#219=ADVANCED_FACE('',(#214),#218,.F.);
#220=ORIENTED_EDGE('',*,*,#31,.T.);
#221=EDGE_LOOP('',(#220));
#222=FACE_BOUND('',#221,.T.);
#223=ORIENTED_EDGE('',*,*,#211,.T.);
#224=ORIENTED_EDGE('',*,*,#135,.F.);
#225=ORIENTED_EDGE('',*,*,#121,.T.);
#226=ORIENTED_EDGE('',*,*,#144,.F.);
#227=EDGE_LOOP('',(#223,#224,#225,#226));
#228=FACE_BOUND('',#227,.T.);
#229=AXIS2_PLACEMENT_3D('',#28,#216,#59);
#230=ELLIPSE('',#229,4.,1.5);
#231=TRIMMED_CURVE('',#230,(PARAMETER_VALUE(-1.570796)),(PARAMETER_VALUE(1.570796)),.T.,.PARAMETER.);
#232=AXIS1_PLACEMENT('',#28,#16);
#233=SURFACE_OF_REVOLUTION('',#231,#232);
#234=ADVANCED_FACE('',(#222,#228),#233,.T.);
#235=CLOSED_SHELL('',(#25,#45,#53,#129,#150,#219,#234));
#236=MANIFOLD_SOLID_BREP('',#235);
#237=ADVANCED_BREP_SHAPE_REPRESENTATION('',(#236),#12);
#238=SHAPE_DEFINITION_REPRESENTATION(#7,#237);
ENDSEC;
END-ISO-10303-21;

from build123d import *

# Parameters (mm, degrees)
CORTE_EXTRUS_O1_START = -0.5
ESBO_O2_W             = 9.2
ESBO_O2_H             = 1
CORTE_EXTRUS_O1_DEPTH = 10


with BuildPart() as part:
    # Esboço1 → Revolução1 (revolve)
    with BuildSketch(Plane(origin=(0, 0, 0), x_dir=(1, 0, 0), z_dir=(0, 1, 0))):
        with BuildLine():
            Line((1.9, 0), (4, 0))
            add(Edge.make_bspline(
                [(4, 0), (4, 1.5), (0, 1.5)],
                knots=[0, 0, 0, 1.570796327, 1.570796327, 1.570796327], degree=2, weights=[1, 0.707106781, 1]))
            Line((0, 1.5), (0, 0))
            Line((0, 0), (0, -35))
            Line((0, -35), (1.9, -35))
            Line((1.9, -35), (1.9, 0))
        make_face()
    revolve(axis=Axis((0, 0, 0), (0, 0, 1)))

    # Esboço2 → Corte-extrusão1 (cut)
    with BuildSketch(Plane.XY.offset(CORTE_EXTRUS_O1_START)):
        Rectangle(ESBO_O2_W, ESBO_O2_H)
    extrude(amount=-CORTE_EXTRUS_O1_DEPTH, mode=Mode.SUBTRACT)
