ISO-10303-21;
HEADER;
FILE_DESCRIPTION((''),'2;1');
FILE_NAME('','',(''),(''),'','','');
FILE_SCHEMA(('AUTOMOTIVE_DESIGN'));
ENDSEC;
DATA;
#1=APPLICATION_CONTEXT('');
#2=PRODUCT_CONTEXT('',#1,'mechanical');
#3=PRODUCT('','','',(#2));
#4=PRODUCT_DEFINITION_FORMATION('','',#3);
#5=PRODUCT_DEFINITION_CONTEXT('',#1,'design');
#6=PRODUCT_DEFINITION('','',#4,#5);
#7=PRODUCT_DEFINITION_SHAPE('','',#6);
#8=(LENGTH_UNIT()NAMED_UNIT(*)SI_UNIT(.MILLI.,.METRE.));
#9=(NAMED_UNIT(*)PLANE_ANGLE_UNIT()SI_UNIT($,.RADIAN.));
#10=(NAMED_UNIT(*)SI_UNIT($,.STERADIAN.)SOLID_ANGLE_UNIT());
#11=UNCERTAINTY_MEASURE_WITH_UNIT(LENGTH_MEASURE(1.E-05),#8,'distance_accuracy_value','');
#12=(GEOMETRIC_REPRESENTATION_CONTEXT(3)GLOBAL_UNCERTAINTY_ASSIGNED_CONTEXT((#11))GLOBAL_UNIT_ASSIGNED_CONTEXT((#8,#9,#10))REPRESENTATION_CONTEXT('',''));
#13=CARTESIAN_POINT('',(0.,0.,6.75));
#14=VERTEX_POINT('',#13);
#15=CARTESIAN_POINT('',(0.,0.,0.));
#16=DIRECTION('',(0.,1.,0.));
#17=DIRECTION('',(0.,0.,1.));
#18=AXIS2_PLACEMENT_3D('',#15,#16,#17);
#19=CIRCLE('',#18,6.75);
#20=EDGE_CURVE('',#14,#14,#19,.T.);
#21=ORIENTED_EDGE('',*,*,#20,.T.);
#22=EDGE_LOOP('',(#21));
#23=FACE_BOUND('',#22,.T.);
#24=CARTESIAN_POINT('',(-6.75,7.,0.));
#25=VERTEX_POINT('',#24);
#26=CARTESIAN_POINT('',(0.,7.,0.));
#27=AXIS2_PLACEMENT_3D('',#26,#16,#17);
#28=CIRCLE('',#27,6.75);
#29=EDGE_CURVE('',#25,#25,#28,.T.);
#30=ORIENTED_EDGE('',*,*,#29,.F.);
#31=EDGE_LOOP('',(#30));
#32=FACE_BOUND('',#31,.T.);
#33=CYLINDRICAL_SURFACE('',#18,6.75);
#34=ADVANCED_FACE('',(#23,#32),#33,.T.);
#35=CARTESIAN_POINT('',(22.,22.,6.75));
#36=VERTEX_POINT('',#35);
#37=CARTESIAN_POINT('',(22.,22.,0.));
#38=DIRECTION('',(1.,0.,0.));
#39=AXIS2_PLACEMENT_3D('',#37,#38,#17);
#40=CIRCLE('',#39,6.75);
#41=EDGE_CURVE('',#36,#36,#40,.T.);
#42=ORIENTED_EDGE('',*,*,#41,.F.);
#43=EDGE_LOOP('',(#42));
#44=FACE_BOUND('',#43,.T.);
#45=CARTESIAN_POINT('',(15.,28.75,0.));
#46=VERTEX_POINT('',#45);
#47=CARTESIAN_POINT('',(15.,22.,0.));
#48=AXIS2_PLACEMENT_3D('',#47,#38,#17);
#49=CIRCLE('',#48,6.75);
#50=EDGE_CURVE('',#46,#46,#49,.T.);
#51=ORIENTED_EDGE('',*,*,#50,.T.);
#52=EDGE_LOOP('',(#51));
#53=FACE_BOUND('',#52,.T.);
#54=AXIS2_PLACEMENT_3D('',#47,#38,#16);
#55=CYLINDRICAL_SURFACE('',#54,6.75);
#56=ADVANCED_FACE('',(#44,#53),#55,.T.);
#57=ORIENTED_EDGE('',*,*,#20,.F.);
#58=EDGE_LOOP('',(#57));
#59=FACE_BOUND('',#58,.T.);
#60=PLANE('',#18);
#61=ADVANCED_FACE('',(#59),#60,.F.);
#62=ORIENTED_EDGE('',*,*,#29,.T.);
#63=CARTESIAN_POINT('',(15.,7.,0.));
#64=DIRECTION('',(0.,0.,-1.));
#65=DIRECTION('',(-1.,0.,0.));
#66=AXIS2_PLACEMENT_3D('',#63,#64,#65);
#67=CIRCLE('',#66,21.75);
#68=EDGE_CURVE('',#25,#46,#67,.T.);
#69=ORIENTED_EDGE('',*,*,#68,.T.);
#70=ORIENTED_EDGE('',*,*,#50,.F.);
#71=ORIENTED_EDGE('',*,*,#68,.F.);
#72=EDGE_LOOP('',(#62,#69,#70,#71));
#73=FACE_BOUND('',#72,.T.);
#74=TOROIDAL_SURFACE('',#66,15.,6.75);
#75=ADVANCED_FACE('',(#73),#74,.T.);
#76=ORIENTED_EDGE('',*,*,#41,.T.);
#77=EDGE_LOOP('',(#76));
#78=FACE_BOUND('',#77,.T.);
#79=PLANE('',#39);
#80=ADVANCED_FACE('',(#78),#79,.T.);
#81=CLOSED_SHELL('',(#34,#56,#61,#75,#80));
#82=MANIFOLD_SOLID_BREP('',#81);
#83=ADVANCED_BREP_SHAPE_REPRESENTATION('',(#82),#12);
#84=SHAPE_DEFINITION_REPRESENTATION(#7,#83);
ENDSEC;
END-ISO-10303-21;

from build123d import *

# Parameters (mm, degrees)
SKETCH2_R = 6.75


with BuildPart() as part:
    # Sweep1: sweep along a path in Sketch1
    with BuildLine(Plane.XY) as sweep1_path:
        Line((0, 0), (0, 7))
        ThreePointArc((0, 7), (4.393398282, 17.606601718), (15, 22))
        Line((15, 22), (22, 22))
    # Sketch2 → Sweep1 (sweep)
    with BuildSketch(Plane(origin=(0, 0, 0), x_dir=(1, 0, 0), z_dir=(0, 1, 0))):
        Circle(SKETCH2_R)
    sweep(path=sweep1_path.line)


solid = part.part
────────
In the listing above, find the line with "FILE_DESCRIPTION((''),'2;1');" and the line with "#54=AXIS2_PLACEMENT_3D('',#47,#38,#16);", then reproduce both and every line between them exactly.

FILE_DESCRIPTION((''),'2;1');
FILE_NAME('','',(''),(''),'','','');
FILE_SCHEMA(('AUTOMOTIVE_DESIGN'));
ENDSEC;
DATA;
#1=APPLICATION_CONTEXT('');
#2=PRODUCT_CONTEXT('',#1,'mechanical');
#3=PRODUCT('','','',(#2));
#4=PRODUCT_DEFINITION_FORMATION('','',#3);
#5=PRODUCT_DEFINITION_CONTEXT('',#1,'design');
#6=PRODUCT_DEFINITION('','',#4,#5);
#7=PRODUCT_DEFINITION_SHAPE('','',#6);
#8=(LENGTH_UNIT()NAMED_UNIT(*)SI_UNIT(.MILLI.,.METRE.));
#9=(NAMED_UNIT(*)PLANE_ANGLE_UNIT()SI_UNIT($,.RADIAN.));
#10=(NAMED_UNIT(*)SI_UNIT($,.STERADIAN.)SOLID_ANGLE_UNIT());
#11=UNCERTAINTY_MEASURE_WITH_UNIT(LENGTH_MEASURE(1.E-05),#8,'distance_accuracy_value','');
#12=(GEOMETRIC_REPRESENTATION_CONTEXT(3)GLOBAL_UNCERTAINTY_ASSIGNED_CONTEXT((#11))GLOBAL_UNIT_ASSIGNED_CONTEXT((#8,#9,#10))REPRESENTATION_CONTEXT('',''));
#13=CARTESIAN_POINT('',(0.,0.,6.75));
#14=VERTEX_POINT('',#13);
#15=CARTESIAN_POINT('',(0.,0.,0.));
#16=DIRECTION('',(0.,1.,0.));
#17=DIRECTION('',(0.,0.,1.));
#18=AXIS2_PLACEMENT_3D('',#15,#16,#17);
#19=CIRCLE('',#18,6.75);
#20=EDGE_CURVE('',#14,#14,#19,.T.);
#21=ORIENTED_EDGE('',*,*,#20,.T.);
#22=EDGE_LOOP('',(#21));
#23=FACE_BOUND('',#22,.T.);
#24=CARTESIAN_POINT('',(-6.75,7.,0.));
#25=VERTEX_POINT('',#24);
#26=CARTESIAN_POINT('',(0.,7.,0.));
#27=AXIS2_PLACEMENT_3D('',#26,#16,#17);
#28=CIRCLE('',#27,6.75);
#29=EDGE_CURVE('',#25,#25,#28,.T.);
#30=ORIENTED_EDGE('',*,*,#29,.F.);
#31=EDGE_LOOP('',(#30));
#32=FACE_BOUND('',#31,.T.);
#33=CYLINDRICAL_SURFACE('',#18,6.75);
#34=ADVANCED_FACE('',(#23,#32),#33,.T.);
#35=CARTESIAN_POINT('',(22.,22.,6.75));
#36=VERTEX_POINT('',#35);
#37=CARTESIAN_POINT('',(22.,22.,0.));
#38=DIRECTION('',(1.,0.,0.));
#39=AXIS2_PLACEMENT_3D('',#37,#38,#17);
#40=CIRCLE('',#39,6.75);
#41=EDGE_CURVE('',#36,#36,#40,.T.);
#42=ORIENTED_EDGE('',*,*,#41,.F.);
#43=EDGE_LOOP('',(#42));
#44=FACE_BOUND('',#43,.T.);
#45=CARTESIAN_POINT('',(15.,28.75,0.));
#46=VERTEX_POINT('',#45);
#47=CARTESIAN_POINT('',(15.,22.,0.));
#48=AXIS2_PLACEMENT_3D('',#47,#38,#17);
#49=CIRCLE('',#48,6.75);
#50=EDGE_CURVE('',#46,#46,#49,.T.);
#51=ORIENTED_EDGE('',*,*,#50,.T.);
#52=EDGE_LOOP('',(#51));
#53=FACE_BOUND('',#52,.T.);
#54=AXIS2_PLACEMENT_3D('',#47,#38,#16);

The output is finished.